Bryan Doerries: The Marine Corp gave us our start and I think uncoincidental. The Marines are a values-driven organization, and some of the core values that they uphold and that they are trained and inculcated to you know, hold within them our ancient values, values that transcend time, like honor, courage, and commitment. And so it's not hard for the plays to translate for these Marine Corp audiences. Basically what happened was I spent about a year knocking on doors, sort of in ignorance, not really knowing how to go about finding a military audience, calling people, or writing letters, sending emails. Most of the doors were politely shut in my face, a few were slammed. Almost a year out  I was beginning to give up hope that I would find an opportunity to do this. This was not my day job at the time, it was an avocation or hobby. And I was reading the New York Times in January of 2008, a series of front-page Sunday articles that were featuring and describing the invisible wounds of war and the onset of violence and suicide that was returning to our shores from the conflicts in Iraq and Afghanistan.

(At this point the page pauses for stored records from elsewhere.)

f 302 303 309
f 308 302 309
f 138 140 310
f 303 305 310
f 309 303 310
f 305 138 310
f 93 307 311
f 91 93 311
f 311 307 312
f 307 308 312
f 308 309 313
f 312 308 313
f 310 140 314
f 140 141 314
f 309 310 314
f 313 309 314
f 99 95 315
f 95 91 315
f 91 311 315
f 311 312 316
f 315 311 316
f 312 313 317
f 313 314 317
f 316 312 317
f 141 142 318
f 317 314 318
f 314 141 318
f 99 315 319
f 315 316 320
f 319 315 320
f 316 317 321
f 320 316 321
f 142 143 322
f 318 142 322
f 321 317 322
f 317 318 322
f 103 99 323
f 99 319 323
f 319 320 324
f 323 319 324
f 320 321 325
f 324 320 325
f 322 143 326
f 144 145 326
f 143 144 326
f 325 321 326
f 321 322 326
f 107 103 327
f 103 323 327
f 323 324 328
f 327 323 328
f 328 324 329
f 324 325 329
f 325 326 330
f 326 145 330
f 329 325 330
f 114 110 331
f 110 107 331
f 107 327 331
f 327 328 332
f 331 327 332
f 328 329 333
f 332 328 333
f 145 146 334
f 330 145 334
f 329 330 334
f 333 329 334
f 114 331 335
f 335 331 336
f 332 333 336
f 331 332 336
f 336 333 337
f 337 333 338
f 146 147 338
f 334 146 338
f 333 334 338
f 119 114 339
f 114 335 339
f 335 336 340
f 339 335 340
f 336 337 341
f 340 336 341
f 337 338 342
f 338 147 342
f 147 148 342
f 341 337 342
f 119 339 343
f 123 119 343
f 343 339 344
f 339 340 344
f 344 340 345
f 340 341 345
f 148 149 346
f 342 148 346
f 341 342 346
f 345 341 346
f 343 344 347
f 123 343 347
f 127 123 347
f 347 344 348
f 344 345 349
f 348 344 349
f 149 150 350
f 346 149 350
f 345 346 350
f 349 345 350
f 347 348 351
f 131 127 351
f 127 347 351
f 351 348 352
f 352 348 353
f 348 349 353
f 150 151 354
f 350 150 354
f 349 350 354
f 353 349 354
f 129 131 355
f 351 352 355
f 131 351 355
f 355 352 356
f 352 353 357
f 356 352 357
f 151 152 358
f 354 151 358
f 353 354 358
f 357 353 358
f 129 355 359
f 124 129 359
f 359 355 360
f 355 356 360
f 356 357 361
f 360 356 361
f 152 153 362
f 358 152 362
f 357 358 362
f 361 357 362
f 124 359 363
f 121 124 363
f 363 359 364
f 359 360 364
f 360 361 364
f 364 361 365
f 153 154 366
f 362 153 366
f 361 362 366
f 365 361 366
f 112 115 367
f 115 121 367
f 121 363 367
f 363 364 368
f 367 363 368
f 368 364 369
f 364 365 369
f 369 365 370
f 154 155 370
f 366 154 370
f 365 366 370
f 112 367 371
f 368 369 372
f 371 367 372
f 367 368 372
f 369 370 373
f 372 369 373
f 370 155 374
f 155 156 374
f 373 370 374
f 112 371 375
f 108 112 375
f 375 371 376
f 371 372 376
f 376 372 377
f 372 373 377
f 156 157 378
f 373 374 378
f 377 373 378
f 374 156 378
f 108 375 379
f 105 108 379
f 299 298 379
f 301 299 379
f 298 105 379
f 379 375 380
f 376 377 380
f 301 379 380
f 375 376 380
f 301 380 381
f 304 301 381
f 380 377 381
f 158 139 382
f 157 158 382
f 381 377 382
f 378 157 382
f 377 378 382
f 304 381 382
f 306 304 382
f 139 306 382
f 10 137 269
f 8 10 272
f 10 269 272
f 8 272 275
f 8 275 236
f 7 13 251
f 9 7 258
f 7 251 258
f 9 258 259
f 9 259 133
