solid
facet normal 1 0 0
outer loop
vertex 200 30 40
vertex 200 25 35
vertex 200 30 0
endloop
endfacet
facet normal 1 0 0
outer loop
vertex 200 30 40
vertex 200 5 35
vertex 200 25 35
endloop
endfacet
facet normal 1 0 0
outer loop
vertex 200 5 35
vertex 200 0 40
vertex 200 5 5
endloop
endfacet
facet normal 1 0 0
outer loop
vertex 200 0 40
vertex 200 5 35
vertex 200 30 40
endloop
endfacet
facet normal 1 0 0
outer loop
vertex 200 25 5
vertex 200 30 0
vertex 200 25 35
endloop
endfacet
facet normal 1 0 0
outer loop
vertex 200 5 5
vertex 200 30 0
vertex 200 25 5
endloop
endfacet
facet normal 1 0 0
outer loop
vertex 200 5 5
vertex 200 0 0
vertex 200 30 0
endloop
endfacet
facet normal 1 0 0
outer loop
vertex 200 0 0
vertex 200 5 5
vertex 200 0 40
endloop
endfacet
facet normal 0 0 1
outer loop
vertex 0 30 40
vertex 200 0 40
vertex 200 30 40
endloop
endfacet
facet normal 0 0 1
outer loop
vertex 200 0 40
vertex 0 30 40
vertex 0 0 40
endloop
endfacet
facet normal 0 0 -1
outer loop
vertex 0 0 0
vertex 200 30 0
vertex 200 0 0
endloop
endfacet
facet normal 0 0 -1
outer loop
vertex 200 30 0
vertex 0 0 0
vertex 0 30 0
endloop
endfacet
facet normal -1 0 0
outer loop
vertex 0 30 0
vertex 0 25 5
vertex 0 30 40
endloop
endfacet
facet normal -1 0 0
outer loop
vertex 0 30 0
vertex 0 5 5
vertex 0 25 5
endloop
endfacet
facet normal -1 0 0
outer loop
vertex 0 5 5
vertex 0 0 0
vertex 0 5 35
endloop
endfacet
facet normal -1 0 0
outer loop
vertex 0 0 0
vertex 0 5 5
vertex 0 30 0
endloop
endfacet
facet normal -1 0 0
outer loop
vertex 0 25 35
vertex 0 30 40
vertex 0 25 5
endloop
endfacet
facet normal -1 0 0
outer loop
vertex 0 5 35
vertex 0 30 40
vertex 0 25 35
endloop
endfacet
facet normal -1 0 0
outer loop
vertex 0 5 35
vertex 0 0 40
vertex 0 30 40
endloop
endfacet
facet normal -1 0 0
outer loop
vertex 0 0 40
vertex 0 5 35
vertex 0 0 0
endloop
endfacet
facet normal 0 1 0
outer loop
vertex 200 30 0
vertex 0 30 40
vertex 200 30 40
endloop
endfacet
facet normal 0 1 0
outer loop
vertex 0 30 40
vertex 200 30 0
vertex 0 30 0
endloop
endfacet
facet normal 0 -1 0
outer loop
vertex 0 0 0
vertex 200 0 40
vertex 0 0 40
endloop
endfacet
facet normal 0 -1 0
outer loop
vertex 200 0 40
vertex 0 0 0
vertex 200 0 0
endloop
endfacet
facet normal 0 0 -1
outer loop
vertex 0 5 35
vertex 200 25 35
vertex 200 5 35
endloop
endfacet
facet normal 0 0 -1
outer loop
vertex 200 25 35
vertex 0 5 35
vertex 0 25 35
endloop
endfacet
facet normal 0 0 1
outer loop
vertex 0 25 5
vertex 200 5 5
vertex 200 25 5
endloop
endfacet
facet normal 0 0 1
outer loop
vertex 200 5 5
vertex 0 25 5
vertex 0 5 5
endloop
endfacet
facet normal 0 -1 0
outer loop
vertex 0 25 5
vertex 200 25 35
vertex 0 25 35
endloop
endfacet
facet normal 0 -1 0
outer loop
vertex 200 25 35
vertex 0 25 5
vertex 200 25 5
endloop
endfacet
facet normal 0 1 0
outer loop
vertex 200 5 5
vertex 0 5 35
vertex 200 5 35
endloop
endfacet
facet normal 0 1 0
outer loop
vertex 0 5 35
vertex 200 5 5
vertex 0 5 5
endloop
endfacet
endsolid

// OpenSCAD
$fn = 32;

// ----------------------------------------------------------------------
// Box beam: 200-250 mm hollow beam
// ----------------------------------------------------------------------

// --- parameters (mm) ---
beam_l = 200;             // beam length, X
beam_w = 30;              // beam width, Y
beam_h = 40;              // beam height, Z
wall = 5;                 // wall thickness

difference() {
  cube([beam_l, beam_w, beam_h]);
  translate([-1, wall, wall])
    cube([beam_l + 2, beam_w - 2 * wall, beam_h - 2 * wall]);
}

And in that article in the New York Times there was a section called “an ancient connection” in which Jonathan Shay, the MacArthur award-winning writer and psychiatrist who wrote "Achilles in Vietnam", made a series of connections which I'd heard many time before by him and others between the ancient Homeric epics and contemporary war fighting. And those are all beautiful arguments, and Jonathan's a friend, and I was delighted to see him in the article. But just below where Jonathan had been quoted there was a quote by a Navy psychiatrist named Captain William P. Nash who was the head of combat operational stress control for the Marine Corp in 2008. And the quote was something like: "I begin all of my presentations on combat stress and PTSD with the ancient story of 'Ajax'."  There it was in bright lights. I knew if I'd track down William P. Nash, Captain Nash, I might find my audience. And so I got on the phone and started dialing, and I looked up email addresses. And within about a day I'd heard back from him and he said in his email, "I don't know about giving you a big military audience, but how about presenting your translations as a plenary session for a conference in San Diego on combat stress or PTSD for four or five hundred Marines. And, of course, that was our first performance later that summer, and it changed everything.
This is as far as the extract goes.